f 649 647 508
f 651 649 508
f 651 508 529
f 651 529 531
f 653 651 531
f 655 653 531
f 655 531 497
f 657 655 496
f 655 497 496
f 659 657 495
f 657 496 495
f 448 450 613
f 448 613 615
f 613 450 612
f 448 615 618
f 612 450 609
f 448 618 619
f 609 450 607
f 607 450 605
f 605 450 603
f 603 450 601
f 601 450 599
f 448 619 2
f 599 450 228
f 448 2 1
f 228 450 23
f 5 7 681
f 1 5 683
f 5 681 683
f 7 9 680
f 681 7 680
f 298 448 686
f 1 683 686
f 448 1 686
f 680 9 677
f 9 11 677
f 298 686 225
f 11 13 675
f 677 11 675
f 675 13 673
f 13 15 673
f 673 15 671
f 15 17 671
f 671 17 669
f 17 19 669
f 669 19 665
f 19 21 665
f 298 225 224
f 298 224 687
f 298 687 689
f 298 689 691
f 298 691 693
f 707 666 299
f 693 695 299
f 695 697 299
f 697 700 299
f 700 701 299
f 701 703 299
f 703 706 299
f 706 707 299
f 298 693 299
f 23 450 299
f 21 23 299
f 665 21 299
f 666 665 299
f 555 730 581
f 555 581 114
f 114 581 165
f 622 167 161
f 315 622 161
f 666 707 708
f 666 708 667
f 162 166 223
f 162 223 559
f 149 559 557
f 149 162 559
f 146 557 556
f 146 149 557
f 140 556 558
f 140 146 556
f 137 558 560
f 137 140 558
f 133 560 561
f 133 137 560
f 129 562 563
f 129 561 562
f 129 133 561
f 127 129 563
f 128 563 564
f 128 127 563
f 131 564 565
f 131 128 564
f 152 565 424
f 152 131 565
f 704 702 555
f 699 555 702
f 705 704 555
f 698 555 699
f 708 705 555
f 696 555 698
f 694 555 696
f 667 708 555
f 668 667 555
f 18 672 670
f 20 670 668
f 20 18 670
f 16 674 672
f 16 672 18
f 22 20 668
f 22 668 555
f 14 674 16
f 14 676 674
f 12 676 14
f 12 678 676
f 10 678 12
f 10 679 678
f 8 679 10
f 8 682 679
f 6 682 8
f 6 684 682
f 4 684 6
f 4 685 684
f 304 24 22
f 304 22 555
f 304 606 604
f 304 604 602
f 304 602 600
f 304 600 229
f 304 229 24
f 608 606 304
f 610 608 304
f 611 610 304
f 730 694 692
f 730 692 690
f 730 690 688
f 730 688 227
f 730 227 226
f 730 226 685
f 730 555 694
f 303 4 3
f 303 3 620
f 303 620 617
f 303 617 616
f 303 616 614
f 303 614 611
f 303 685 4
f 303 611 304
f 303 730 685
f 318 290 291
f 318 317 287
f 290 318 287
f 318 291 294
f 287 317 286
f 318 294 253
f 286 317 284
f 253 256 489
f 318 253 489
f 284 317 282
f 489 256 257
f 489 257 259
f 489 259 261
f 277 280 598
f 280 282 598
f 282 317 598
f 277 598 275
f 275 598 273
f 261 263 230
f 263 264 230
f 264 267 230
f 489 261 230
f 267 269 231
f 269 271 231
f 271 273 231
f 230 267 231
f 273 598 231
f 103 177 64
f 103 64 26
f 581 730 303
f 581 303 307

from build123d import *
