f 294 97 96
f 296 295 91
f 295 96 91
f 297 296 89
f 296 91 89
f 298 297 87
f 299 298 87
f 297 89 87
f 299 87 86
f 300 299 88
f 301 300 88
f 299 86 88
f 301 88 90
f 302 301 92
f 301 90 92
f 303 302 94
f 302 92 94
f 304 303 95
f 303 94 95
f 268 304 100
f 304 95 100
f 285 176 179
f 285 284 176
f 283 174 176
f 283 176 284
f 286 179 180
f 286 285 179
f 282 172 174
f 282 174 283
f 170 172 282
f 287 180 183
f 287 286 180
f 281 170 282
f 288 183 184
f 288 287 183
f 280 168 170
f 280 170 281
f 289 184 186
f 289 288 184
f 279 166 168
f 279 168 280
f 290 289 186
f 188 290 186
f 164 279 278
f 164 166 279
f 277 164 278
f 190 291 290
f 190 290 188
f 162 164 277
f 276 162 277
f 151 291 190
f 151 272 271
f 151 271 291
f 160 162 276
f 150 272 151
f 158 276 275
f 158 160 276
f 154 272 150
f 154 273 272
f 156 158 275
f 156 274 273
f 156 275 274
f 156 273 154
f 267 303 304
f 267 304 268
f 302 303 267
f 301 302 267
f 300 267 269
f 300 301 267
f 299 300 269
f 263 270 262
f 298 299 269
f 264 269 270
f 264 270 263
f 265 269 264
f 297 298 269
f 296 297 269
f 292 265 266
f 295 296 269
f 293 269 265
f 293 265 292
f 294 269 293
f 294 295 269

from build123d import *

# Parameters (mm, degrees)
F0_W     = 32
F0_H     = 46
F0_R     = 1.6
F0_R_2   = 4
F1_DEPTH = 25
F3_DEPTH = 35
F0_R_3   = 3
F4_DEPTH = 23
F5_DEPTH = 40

=-=-=-=-=

### Exercise brief
Your task is to restate, word for word, only those lines above that fall between the line holding "f 6 684 682" and the line holding "f 275 598 273", inclusive.

### Finished exercise
f 6 684 682
f 4 684 6
f 4 685 684
f 304 24 22
f 304 22 555
f 304 606 604
f 304 604 602
f 304 602 600
f 304 600 229
f 304 229 24
f 608 606 304
f 610 608 304
f 611 610 304
f 730 694 692
f 730 692 690
f 730 690 688
f 730 688 227
f 730 227 226
f 730 226 685
f 730 555 694
f 303 4 3
f 303 3 620
f 303 620 617
f 303 617 616
f 303 616 614
f 303 614 611
f 303 685 4
f 303 611 304
f 303 730 685
f 318 290 291
f 318 317 287
f 290 318 287
f 318 291 294
f 287 317 286
f 318 294 253
f 286 317 284
f 253 256 489
f 318 253 489
f 284 317 282
f 489 256 257
f 489 257 259
f 489 259 261
f 277 280 598
f 280 282 598
f 282 317 598
f 277 598 275
f 275 598 273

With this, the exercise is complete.